In 1948, the Communist Party of Yugoslavia held its Fifth Congress. The meeting was held shortly after Stalin accused Tito of being a nationalist and moving to the right, branding the latter's heresy Titoism. This resulted in a break with the Soviet Union known as the Informbiro period. Initially the Yugoslav communists, despite the break with Stalin, remained as hardline as before but soon began to pursue a policy of independent socialism that experimented with the self-management of workers in state-run enterprises, with decentralization and other departures from the Soviet model of a Communist state.[4]

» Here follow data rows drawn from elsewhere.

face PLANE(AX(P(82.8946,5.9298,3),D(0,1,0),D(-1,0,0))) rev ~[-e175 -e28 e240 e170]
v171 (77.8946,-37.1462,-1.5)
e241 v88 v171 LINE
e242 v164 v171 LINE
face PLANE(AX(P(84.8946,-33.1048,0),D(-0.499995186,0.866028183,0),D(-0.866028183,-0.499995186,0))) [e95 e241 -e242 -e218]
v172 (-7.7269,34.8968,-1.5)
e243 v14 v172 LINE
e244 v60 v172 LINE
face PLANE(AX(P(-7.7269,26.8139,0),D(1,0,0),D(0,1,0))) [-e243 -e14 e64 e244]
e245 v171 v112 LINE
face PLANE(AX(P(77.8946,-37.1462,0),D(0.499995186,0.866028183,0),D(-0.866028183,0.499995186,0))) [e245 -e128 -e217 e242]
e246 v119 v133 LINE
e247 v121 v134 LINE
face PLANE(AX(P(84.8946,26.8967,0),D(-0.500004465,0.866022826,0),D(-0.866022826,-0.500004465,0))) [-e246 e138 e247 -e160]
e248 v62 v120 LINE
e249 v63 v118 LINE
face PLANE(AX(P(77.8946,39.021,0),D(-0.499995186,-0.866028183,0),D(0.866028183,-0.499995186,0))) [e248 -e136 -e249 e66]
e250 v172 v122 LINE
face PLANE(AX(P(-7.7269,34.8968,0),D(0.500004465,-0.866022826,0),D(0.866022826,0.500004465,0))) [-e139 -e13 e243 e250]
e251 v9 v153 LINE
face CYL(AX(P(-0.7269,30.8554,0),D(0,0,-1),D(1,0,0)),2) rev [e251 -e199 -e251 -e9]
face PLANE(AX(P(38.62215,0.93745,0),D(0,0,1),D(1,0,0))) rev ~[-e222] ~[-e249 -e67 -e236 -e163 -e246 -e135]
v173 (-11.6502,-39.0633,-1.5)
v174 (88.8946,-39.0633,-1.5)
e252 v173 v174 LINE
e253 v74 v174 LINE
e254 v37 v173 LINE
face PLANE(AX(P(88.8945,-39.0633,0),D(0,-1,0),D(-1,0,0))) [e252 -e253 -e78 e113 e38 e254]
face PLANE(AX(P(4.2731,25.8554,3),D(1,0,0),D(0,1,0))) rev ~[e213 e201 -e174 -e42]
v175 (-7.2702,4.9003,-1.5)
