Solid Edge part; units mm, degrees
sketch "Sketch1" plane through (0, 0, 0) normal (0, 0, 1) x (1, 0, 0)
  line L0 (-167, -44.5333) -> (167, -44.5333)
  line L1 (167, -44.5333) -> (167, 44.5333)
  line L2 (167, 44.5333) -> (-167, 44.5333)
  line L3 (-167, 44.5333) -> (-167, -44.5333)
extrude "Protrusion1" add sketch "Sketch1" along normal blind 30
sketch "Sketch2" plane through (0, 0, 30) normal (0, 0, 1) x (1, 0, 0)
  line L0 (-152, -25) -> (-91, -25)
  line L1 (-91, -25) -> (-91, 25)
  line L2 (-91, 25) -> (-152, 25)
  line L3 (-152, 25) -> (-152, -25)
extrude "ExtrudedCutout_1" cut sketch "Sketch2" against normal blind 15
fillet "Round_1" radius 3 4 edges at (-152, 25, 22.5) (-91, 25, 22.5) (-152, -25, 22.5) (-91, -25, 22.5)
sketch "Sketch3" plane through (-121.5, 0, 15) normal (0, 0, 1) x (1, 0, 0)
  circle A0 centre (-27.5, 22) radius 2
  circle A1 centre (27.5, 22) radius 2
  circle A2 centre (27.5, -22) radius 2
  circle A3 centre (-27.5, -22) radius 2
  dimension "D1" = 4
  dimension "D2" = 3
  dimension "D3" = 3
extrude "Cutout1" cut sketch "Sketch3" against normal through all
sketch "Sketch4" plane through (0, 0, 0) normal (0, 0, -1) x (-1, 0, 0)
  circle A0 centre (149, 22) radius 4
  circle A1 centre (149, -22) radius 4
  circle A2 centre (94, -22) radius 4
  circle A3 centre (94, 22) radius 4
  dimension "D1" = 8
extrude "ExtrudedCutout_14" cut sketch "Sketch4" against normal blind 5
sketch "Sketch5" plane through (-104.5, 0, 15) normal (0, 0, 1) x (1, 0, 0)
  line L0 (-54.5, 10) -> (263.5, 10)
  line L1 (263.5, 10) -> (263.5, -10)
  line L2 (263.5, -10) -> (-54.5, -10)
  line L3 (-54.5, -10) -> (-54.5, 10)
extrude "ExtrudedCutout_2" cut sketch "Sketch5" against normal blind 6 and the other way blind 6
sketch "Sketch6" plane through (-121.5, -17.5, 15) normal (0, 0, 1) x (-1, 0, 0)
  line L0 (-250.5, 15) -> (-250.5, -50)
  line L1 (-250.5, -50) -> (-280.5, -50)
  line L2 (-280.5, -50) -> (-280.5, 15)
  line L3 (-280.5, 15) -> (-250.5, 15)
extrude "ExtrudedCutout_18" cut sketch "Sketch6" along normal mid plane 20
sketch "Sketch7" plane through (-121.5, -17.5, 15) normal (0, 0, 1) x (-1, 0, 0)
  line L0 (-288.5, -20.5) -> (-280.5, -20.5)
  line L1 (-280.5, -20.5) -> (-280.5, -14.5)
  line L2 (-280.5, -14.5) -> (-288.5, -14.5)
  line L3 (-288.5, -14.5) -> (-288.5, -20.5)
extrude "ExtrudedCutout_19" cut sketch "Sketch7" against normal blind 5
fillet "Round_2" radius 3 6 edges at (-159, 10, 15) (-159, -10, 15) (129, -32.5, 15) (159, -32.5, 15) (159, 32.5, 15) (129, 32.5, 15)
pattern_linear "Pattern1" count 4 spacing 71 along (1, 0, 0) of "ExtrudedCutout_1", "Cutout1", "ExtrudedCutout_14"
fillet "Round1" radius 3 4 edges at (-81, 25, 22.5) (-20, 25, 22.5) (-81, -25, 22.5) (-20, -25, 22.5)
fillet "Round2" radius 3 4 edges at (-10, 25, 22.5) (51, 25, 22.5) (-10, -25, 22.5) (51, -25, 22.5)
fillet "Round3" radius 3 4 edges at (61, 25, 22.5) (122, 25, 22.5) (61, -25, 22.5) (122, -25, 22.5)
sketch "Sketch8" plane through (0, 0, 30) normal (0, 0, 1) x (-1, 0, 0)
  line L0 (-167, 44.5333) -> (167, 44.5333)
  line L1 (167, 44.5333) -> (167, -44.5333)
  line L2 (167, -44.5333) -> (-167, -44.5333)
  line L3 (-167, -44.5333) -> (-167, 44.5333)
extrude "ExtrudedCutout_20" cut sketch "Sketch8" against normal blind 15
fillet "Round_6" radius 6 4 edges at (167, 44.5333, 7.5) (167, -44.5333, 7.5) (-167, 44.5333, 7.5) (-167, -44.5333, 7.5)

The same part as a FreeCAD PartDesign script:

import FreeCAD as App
import Part
import Sketcher

V = App.Vector
Q = App.Units.Quantity


def edges_at(feature, points):
    """Names of the edges that pass closest to the given points."""
    edges = feature.Shape.Edges
    near = lambda p: min(range(len(edges)), key=lambda i: edges[i].distToShape(Part.Vertex(*p))[0])
    return sorted({f"Edge{near(p) + 1}" for p in points})

doc = App.newDocument("Part")
body = doc.addObject("PartDesign::Body", "Body")

# Sketch on XY plane
sketch1 = body.newObject("Sketcher::SketchObject", "Sketch")
sketch1.AttachmentSupport = (doc.getObject("XY_Plane"), [""])
sketch1.MapMode = "FlatFace"
sketch1.addGeometry(Part.LineSegment(V(-167, 45, 0), V(-167, -45, 0)), False)
sketch1.addGeometry(Part.LineSegment(V(-167, -45, 0), V(167, -45, 0)), False)
sketch1.addGeometry(Part.LineSegment(V(167, -45, 0), V(167, 45, 0)), False)
sketch1.addGeometry(Part.LineSegment(V(167, 45, 0), V(-167, 45, 0)), False)
sketch1.addConstraint(Sketcher.Constraint("Coincident", 0, 2, 1, 1))
sketch1.addConstraint(Sketcher.Constraint("Coincident", 1, 2, 2, 1))
sketch1.addConstraint(Sketcher.Constraint("Coincident", 2, 2, 3, 1))
sketch1.addConstraint(Sketcher.Constraint("Coincident", 3, 2, 0, 1))
sketch1.addConstraint(Sketcher.Constraint("Vertical", 0))
sketch1.addConstraint(Sketcher.Constraint("Horizontal", 1))
sketch1.addConstraint(Sketcher.Constraint("Vertical", 2))
sketch1.addConstraint(Sketcher.Constraint("Horizontal", 3))
sketch1.addConstraint(Sketcher.Constraint("Symmetric", 0, 2, 2, 2, -1, 1))
sketch1.addConstraint(Sketcher.Constraint("DistanceX", 1, 1, 1, 2, Q("334 mm")))
sketch1.addConstraint(Sketcher.Constraint("DistanceY", 0, 2, 0, 1, Q("89.0666 mm")))
pad1 = body.newObject("PartDesign::Pad", "Pad")
pad1.Profile = sketch1
pad1.Length = 30

# Sketch on XY plane
sketch2 = body.newObject("Sketcher::SketchObject", "Sketch001")
sketch2.AttachmentSupport = (doc.getObject("XY_Plane"), [""])
sketch2.MapMode = "FlatFace"
sketch2.AttachmentOffset = App.Placement(V(0, 0, 30), App.Rotation())
sketch2.addGeometry(Part.LineSegment(V(-152, 25, 0), V(-152, -25, 0)), False)
sketch2.addGeometry(Part.LineSegment(V(-152, -25, 0), V(-91, -25, 0)), False)
sketch2.addGeometry(Part.LineSegment(V(-91, -25, 0), V(-91, 25, 0)), False)
sketch2.addGeometry(Part.LineSegment(V(-91, 25, 0), V(-152, 25, 0)), False)
sketch2.addConstraint(Sketcher.Constraint("Coincident", 0, 2, 1, 1))
sketch2.addConstraint(Sketcher.Constraint("Coincident", 1, 2, 2, 1))
sketch2.addConstraint(Sketcher.Constraint("Coincident", 2, 2, 3, 1))
sketch2.addConstraint(Sketcher.Constraint("Coincident", 3, 2, 0, 1))
sketch2.addConstraint(Sketcher.Constraint("Vertical", 0))
sketch2.addConstraint(Sketcher.Constraint("Horizontal", 1))
sketch2.addConstraint(Sketcher.Constraint("Vertical", 2))
sketch2.addConstraint(Sketcher.Constraint("Horizontal", 3))
sketch2.addConstraint(Sketcher.Constraint("DistanceX", 1, 1, 1, 2, Q("61 mm")))
sketch2.addConstraint(Sketcher.Constraint("DistanceY", 0, 2, 0, 1, Q("50 mm")))
sketch2.addConstraint(Sketcher.Constraint("DistanceX", 0, 2, -1, 1, Q("152 mm")))
sketch2.addConstraint(Sketcher.Constraint("DistanceY", 0, 2, -1, 1, Q("25 mm")))
pocket1 = body.newObject("PartDesign::Pocket", "Pocket")
pocket1.Profile = sketch2
pocket1.Length = 15
doc.recompute()

fillet = body.newObject("PartDesign::Fillet", "Fillet")
fillet.Base = (pocket1, edges_at(pocket1, [
    (-152, 25, 22.5),
    (-91, 25, 22.5),
    (-152, -25, 22.5),
    (-91, -25, 22.5),
]))
fillet.Radius = 3

# Sketch on XY plane
sketch3 = body.newObject("Sketcher::SketchObject", "Sketch002")
sketch3.AttachmentSupport = (doc.getObject("XY_Plane"), [""])
sketch3.MapMode = "FlatFace"
sketch3.AttachmentOffset = App.Placement(V(0, 0, 15), App.Rotation())
sketch3.addGeometry(Part.Circle(V(-149, 22, 0), V(0, 0, 1), 2), False)
sketch3.addGeometry(Part.Circle(V(-94, 22, 0), V(0, 0, 1), 2), False)
sketch3.addGeometry(Part.Circle(V(-94, -22, 0), V(0, 0, 1), 2), False)
sketch3.addGeometry(Part.Circle(V(-149, -22, 0), V(0, 0, 1), 2), False)
sketch3.addConstraint(Sketcher.Constraint("Equal", 0, 1))
sketch3.addConstraint(Sketcher.Constraint("Equal", 1, 2))
sketch3.addConstraint(Sketcher.Constraint("Equal", 2, 3))
sketch3.addConstraint(Sketcher.Constraint("Symmetric", 1, 3, 2, 3, -1))
sketch3.addConstraint(Sketcher.Constraint("Symmetric", 0, 3, 3, 3, -1))
sketch3.addConstraint(Sketcher.Constraint("Horizontal", 0, 3, 1, 3))
sketch3.addConstraint(Sketcher.Constraint("Diameter", 0, Q("4 mm")))
sketch3.addConstraint(Sketcher.Constraint("DistanceX", 0, 3, -1, 1, Q("149 mm")))
sketch3.addConstraint(Sketcher.Constraint("DistanceY", -1, 1, 0, 3, Q("22 mm")))
sketch3.addConstraint(Sketcher.Constraint("DistanceX", 1, 3, -1, 1, Q("94 mm")))
pocket2 = body.newObject("PartDesign::Pocket", "Pocket001")
pocket2.Profile = sketch3
pocket2.Type = "ThroughAll"

# Sketch on XY plane
sketch4 = body.newObject("Sketcher::SketchObject", "Sketch003")
sketch4.AttachmentSupport = (doc.getObject("XY_Plane"), [""])
sketch4.MapMode = "FlatFace"
sketch4.addGeometry(Part.Circle(V(-149, 22, 0), V(0, 0, 1), 4), False)
sketch4.addGeometry(Part.Circle(V(-149, -22, 0), V(0, 0, 1), 4), False)
sketch4.addGeometry(Part.Circle(V(-94, -22, 0), V(0, 0, 1), 4), False)
sketch4.addGeometry(Part.Circle(V(-94, 22, 0), V(0, 0, 1), 4), False)
sketch4.addConstraint(Sketcher.Constraint("Equal", 0, 1))
sketch4.addConstraint(Sketcher.Constraint("Equal", 1, 2))
sketch4.addConstraint(Sketcher.Constraint("Equal", 2, 3))
sketch4.addConstraint(Sketcher.Constraint("Symmetric", 0, 3, 1, 3, -1))
sketch4.addConstraint(Sketcher.Constraint("Symmetric", 2, 3, 3, 3, -1))
sketch4.addConstraint(Sketcher.Constraint("Horizontal", 1, 3, 2, 3))
sketch4.addConstraint(Sketcher.Constraint("Diameter", 0, Q("8 mm")))
sketch4.addConstraint(Sketcher.Constraint("DistanceX", 0, 3, -1, 1, Q("149 mm")))
sketch4.addConstraint(Sketcher.Constraint("DistanceY", -1, 1, 0, 3, Q("22 mm")))
sketch4.addConstraint(Sketcher.Constraint("DistanceX", 2, 3, -1, 1, Q("94 mm")))
pocket3 = body.newObject("PartDesign::Pocket", "Pocket002")
pocket3.Profile = sketch4
pocket3.Length = 5
pocket3.Reversed = True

Under the influence of reformers such as Boris Kidrič and Milovan Đilas, Yugoslavia experimented with ideas of workers self-management where workers influenced the policies of the factories in which they worked and shared a portion of any surplus revenue. This resulted in a change in the party's role in society from holding a monopoly of power to being an ideological leader. As a result, the party name and the names of the regional branches respectively were changed to the League of Communists of Yugoslavia (Savez komunista Jugoslavije, SKJ) in 1952 during its Sixth Congress.
Criticism
The top-down nature of the workers' councils however led to corruption, cynicism and inefficiencies until they were abolished during the Yugoslav Wars.[5]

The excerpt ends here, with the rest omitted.